What Ho will tell you is that he's "working in the realm of revolutionary fantasy." He explains, "I rely on nothing from the past, instead seeking to carve out an identity for new social and cultural possibilities." His prime focus is on defining Chinese America. "Is it simply a chop suey culture? Just adding Chinese American lyrics to an otherwise American pop song? Or is it so revolutionary that it cannot be categorized, cannot be distilled intosimple terms? I never look at existing paradigms for my identity. Instead I try to create a unique Chinese American identity. It's not like that trite cliche -- I eat hamburgers for lunch and sweet and sour pork for dinner therefore I'm Chinese American. I want to figure out how to come up with a new food." This, as we sit in a Chinese Cuban diner.

But such coalescing of diverse new ideas is not something all "revolutionaries" are necessarily good at. However, collaboration is an important process for Ho, and artists concur that Ho passes muster. "Not only is Fred very innovative in doing his own creative work, but he is also able to work with others, including myself," says Choy about their collaborative effort Ki-ache: Stories from the Belly. "It's been a very important working process for me, that Fred can work with and follow the directives of a woman's voice. There is a high degree of commitment to each other that stems from great mutual respect, something that is crucial between Asian American women and men. It's also crucial that our relationship is not based on any sort of colonial stereotypes of each other as Asian Americans. It's a difficult process but empowering."
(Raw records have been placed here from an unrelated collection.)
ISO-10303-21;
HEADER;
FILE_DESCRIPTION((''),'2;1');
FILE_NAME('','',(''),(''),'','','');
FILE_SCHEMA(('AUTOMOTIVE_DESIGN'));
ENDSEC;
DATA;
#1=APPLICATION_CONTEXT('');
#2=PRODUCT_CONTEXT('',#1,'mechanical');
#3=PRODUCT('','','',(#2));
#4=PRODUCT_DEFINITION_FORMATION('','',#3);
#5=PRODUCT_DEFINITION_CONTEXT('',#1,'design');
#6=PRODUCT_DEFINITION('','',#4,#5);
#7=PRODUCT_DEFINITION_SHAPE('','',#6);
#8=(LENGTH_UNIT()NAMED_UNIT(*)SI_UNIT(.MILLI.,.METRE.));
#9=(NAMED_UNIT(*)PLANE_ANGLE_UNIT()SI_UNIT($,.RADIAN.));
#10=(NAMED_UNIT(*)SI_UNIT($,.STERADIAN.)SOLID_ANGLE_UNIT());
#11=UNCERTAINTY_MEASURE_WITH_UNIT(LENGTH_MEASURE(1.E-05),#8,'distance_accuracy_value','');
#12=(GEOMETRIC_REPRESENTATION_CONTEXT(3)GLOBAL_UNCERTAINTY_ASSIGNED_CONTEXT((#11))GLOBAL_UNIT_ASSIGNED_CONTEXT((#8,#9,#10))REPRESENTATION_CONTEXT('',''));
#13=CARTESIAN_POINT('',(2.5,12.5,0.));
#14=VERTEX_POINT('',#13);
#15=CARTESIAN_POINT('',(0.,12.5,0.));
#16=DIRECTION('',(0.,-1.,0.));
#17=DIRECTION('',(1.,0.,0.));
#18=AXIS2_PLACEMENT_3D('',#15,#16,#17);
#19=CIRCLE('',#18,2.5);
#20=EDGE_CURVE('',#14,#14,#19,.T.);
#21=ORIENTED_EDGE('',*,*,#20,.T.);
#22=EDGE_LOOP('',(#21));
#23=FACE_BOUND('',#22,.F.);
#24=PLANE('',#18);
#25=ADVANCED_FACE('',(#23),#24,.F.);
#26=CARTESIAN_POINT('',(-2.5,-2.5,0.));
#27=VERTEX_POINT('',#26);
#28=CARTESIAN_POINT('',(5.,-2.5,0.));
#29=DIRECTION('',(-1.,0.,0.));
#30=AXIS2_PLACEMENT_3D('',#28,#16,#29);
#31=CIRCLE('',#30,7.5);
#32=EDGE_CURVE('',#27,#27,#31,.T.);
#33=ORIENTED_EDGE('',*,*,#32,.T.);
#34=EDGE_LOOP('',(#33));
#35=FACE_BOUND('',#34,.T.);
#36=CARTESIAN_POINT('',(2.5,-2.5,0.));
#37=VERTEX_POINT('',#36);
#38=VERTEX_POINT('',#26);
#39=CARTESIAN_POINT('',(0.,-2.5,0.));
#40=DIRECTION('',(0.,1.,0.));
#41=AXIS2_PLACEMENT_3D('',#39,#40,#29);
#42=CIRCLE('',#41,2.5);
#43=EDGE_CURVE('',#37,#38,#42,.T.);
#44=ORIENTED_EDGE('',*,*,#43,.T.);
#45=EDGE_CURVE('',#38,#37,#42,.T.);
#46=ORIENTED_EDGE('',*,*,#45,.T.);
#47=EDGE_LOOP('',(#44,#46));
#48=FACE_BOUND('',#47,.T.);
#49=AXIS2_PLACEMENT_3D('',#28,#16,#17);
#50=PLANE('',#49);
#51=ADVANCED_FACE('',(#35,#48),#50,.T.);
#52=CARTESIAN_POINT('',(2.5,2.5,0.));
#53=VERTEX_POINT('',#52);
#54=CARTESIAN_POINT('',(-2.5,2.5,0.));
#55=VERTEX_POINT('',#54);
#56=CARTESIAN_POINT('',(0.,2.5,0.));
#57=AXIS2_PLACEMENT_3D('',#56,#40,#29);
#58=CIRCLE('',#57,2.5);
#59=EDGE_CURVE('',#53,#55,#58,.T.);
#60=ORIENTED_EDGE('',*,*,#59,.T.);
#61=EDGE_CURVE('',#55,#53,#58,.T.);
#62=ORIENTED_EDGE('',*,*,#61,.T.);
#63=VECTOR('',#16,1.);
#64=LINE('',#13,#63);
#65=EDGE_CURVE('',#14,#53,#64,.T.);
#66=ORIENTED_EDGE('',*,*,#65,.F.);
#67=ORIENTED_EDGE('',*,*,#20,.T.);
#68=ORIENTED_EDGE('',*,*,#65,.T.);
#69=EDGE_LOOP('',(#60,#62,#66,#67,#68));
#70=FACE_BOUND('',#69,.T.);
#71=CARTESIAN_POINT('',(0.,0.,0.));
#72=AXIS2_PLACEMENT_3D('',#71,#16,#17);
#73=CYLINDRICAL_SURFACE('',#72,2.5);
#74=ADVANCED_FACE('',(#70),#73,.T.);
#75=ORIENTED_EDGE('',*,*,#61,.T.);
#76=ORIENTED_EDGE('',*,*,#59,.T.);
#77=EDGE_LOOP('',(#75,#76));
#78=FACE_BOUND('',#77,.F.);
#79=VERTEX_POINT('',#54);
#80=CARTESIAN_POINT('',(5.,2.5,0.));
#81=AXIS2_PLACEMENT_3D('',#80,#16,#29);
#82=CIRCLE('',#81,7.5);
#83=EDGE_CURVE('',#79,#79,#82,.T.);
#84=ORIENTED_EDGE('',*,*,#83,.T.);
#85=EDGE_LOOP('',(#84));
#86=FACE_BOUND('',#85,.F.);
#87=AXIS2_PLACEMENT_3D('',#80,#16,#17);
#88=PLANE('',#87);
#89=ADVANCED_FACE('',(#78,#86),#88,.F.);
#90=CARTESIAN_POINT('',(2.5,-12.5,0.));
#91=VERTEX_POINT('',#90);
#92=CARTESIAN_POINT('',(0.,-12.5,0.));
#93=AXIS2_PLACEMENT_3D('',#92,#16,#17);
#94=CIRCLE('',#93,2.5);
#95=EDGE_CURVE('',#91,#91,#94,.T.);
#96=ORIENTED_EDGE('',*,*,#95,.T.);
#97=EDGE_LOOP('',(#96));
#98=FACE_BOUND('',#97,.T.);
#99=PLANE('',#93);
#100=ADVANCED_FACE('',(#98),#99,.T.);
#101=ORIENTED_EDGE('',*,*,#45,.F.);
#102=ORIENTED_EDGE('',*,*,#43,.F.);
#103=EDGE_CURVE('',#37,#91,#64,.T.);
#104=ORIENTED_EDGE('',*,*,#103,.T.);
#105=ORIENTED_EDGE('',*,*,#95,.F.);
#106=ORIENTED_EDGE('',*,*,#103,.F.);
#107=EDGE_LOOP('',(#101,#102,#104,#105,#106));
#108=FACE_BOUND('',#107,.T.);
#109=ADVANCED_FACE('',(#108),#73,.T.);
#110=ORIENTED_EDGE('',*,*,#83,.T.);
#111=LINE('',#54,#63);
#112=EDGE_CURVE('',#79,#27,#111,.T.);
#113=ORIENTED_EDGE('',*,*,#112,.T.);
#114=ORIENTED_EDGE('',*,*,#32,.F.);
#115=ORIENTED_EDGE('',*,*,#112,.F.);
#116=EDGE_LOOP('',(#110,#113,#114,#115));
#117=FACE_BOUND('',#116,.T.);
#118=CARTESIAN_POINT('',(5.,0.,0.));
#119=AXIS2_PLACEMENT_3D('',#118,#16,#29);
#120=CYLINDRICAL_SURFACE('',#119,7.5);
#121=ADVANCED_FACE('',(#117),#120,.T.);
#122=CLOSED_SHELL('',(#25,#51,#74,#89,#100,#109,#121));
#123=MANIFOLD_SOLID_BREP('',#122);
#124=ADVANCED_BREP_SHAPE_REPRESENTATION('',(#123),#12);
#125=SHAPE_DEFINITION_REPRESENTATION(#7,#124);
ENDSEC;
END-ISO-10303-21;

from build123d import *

# Parameters (mm, degrees)
F1_DEPTH = 12.5
F2_DEPTH = 2.5


with BuildPart() as f1:
    # F0 (on Front) → F1 (new body, symmetric)
    with BuildSketch(Plane.XZ):
        with BuildLine():
            ThreePointArc((-2.5, 0), (0, -2.5), (2.5, 0))
            ThreePointArc((2.5, 0), (0, 2.5), (-2.5, 0))
        make_face()
    extrude(amount=F1_DEPTH, both=True)

    # F0 (on Front) → F2 (join, symmetric)
    with BuildSketch(Plane.XZ):
        with BuildLine():
            ThreePointArc((12.5, 0), (5, 7.5), (-2.5, 0))
            ThreePointArc((-2.5, 0), (5, -7.5), (12.5, 0))
        make_face()
        with BuildLine():
            ThreePointArc((-2.5, 0), (0, 2.5), (2.5, 0))
            ThreePointArc((2.5, 0), (0, -2.5), (-2.5, 0))
        make_face(mode=Mode.SUBTRACT)
    extrude(amount=F2_DEPTH, both=True)


solid = f1.part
In Choy, Ho has certainly found a kindred spirit. "In the course of pioneering a radical new concept, you attract people who share that vision and want to be a part of it," he says. He hopes that more Asian American artists will eschew the mainstream to find their own voices. "Why accept the margins? The mainstream is a polluted pond of racism, sexism, and classicism. Why should we accept a 'stream' when there can be an ocean of possibilities? It's not about getting accepted by PBS, it's about transforming the cultural landscape. It's about becoming a force to be reckoned with. It's about not assimilating. If you're working for generic acceptance at the level of the least common denominator, to be culturally self-effacing, then you've given up your creativity, your identity. You might as well be a politician."